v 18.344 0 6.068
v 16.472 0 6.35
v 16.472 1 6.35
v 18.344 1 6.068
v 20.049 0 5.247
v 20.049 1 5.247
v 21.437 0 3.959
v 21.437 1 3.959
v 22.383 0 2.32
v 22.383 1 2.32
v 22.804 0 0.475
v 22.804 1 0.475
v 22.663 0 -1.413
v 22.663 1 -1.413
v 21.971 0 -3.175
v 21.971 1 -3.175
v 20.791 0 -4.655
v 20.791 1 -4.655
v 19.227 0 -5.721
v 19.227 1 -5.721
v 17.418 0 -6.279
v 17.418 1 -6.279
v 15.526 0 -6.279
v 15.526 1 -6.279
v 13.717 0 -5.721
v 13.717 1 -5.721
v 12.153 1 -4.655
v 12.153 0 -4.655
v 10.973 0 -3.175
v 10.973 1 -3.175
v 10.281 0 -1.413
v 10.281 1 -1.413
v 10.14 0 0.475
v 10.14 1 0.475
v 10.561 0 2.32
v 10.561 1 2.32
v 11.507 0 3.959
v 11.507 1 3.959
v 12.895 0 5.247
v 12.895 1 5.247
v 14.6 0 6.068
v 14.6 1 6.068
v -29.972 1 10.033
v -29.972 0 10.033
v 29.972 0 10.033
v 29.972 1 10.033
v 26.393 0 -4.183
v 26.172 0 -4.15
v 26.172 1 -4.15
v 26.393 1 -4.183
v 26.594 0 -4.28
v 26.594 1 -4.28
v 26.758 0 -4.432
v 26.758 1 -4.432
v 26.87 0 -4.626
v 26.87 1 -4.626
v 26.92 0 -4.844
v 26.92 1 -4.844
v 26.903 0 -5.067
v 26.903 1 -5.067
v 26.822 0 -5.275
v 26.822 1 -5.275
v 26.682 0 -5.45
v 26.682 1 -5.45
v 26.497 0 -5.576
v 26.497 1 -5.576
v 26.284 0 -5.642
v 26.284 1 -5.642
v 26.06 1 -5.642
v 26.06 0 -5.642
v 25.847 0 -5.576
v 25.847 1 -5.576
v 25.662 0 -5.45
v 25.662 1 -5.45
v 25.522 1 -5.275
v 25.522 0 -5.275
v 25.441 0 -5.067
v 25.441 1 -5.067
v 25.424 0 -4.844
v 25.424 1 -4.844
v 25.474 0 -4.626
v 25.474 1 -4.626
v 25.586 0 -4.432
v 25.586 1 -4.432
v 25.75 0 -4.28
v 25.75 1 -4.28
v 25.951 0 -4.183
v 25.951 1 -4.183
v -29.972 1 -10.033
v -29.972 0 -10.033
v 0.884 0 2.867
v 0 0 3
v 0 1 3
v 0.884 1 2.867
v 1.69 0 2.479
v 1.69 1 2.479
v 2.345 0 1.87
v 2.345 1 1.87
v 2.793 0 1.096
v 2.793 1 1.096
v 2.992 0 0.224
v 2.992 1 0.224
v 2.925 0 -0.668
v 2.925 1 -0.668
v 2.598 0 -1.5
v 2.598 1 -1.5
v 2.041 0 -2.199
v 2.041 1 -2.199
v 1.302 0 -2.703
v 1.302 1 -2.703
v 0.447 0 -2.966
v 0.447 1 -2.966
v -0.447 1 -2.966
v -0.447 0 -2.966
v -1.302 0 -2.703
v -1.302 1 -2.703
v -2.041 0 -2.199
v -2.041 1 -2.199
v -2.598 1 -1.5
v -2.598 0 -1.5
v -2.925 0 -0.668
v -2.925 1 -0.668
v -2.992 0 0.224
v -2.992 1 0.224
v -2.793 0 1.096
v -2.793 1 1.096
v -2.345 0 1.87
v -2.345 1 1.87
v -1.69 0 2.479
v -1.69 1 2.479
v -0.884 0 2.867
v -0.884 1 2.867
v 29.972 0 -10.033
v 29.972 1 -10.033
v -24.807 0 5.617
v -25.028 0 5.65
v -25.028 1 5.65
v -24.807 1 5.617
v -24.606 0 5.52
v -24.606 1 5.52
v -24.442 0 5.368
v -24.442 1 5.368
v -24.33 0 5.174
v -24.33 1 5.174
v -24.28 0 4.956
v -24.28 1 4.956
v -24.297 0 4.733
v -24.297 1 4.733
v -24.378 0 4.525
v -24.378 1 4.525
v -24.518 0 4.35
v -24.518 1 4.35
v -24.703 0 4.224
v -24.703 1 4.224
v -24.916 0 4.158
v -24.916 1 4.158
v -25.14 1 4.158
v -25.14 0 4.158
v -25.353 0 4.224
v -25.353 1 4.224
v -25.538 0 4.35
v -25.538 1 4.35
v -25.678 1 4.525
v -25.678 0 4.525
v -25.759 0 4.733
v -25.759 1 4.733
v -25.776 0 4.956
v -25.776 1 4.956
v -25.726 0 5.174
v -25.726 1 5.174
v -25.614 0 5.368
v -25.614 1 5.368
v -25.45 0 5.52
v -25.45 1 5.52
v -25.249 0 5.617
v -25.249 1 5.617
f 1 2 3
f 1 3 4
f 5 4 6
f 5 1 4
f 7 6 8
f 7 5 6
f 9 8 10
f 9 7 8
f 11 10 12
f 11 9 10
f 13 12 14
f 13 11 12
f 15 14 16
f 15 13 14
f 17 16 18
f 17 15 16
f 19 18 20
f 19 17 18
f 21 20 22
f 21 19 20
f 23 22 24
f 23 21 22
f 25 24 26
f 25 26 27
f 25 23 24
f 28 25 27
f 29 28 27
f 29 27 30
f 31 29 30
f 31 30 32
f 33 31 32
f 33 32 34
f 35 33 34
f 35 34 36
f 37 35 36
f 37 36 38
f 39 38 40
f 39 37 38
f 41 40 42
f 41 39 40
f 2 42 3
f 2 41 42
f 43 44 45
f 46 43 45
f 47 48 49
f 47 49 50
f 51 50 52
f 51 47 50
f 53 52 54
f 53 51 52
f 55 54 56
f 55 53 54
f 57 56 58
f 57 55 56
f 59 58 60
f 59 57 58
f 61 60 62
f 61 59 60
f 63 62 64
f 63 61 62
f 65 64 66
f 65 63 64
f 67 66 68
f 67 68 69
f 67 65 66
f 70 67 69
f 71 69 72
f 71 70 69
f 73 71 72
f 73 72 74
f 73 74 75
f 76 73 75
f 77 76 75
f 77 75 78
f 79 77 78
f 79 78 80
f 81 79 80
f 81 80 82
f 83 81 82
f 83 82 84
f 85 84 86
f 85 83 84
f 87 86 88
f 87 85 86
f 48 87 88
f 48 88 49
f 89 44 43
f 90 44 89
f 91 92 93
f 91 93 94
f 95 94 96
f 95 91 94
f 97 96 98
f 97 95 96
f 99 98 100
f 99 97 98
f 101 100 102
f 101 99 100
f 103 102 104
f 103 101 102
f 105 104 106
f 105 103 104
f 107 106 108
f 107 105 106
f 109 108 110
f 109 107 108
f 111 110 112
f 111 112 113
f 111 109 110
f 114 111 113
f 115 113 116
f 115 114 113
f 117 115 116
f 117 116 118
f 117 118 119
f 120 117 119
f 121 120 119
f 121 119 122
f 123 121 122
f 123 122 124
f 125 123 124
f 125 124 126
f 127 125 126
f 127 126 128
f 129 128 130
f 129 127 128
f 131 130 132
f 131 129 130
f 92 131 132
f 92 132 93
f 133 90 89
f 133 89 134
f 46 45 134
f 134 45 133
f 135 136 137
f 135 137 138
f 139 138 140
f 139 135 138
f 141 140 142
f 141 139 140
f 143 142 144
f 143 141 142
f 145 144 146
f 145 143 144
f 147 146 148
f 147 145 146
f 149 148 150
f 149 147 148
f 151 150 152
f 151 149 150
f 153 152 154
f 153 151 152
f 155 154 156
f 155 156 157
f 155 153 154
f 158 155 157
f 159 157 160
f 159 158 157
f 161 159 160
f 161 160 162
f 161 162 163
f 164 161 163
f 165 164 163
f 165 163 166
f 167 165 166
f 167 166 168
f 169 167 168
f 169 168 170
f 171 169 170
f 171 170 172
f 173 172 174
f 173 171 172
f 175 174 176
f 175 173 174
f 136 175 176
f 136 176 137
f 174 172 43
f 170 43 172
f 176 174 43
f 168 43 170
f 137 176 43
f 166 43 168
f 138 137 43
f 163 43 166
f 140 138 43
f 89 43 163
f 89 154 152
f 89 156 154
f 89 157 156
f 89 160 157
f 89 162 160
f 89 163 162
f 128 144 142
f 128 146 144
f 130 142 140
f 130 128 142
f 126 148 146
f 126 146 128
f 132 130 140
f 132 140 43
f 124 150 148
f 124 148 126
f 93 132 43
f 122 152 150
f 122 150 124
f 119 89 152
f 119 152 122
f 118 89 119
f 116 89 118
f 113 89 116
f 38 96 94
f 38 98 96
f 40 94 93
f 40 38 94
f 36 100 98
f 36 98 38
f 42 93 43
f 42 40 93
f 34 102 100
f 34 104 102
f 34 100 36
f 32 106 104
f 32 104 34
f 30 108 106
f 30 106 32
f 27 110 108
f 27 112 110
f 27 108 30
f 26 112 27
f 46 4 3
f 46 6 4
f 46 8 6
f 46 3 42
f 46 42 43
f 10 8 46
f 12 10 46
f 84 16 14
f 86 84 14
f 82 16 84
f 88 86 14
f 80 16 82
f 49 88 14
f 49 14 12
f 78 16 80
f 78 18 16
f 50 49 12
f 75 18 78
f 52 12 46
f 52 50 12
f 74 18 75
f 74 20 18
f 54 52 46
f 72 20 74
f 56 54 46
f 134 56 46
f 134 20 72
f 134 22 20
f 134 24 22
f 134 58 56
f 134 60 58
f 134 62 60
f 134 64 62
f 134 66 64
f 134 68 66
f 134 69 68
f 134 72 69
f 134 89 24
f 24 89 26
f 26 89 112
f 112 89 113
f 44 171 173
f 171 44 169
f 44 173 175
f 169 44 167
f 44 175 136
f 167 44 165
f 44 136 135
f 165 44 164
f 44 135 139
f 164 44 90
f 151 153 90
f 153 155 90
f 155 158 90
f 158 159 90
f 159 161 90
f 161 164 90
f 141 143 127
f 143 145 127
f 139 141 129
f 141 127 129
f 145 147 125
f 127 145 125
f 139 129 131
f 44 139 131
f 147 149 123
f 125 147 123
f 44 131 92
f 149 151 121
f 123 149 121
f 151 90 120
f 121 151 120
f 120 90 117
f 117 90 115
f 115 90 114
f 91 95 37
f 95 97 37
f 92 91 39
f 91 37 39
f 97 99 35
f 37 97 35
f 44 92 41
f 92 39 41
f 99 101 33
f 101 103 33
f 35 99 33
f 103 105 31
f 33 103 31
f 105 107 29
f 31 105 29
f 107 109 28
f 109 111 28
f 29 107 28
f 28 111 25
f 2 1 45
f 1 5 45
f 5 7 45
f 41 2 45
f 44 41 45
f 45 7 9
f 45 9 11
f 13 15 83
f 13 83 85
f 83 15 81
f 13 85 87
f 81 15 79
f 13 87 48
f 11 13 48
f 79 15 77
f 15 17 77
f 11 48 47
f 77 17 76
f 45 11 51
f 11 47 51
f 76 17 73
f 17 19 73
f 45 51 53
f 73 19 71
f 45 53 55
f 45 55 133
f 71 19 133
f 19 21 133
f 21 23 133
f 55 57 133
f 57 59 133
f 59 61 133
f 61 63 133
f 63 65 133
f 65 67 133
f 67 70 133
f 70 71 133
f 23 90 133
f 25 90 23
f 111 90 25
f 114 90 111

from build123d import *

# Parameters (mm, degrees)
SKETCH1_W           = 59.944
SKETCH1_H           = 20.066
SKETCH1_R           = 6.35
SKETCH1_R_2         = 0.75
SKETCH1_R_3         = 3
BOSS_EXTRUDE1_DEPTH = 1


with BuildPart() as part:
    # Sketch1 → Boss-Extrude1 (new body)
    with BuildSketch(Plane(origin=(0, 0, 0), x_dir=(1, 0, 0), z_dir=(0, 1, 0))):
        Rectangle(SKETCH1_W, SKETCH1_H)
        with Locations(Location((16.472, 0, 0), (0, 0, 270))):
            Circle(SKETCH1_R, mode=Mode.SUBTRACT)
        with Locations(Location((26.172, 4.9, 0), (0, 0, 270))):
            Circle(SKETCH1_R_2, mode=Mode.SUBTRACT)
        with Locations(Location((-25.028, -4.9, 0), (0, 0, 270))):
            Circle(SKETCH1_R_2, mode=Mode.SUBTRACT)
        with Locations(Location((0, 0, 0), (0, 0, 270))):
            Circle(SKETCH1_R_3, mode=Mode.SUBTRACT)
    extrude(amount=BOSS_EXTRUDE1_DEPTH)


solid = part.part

## [TASK]
Starting at the line above that holds "v -24.442 1 5.368" and ending at the line that holds "v -25.614 0 5.368", transcribe each line exactly and include no other lines.

## [RESPONSE TO THE TASK]
v -24.442 1 5.368
v -24.33 0 5.174
v -24.33 1 5.174
v -24.28 0 4.956
v -24.28 1 4.956
v -24.297 0 4.733
v -24.297 1 4.733
v -24.378 0 4.525
v -24.378 1 4.525
v -24.518 0 4.35
v -24.518 1 4.35
v -24.703 0 4.224
v -24.703 1 4.224
v -24.916 0 4.158
v -24.916 1 4.158
v -25.14 1 4.158
v -25.14 0 4.158
v -25.353 0 4.224
v -25.353 1 4.224
v -25.538 0 4.35
v -25.538 1 4.35
v -25.678 1 4.525
v -25.678 0 4.525
v -25.759 0 4.733
v -25.759 1 4.733
v -25.776 0 4.956
v -25.776 1 4.956
v -25.726 0 5.174
v -25.726 1 5.174
v -25.614 0 5.368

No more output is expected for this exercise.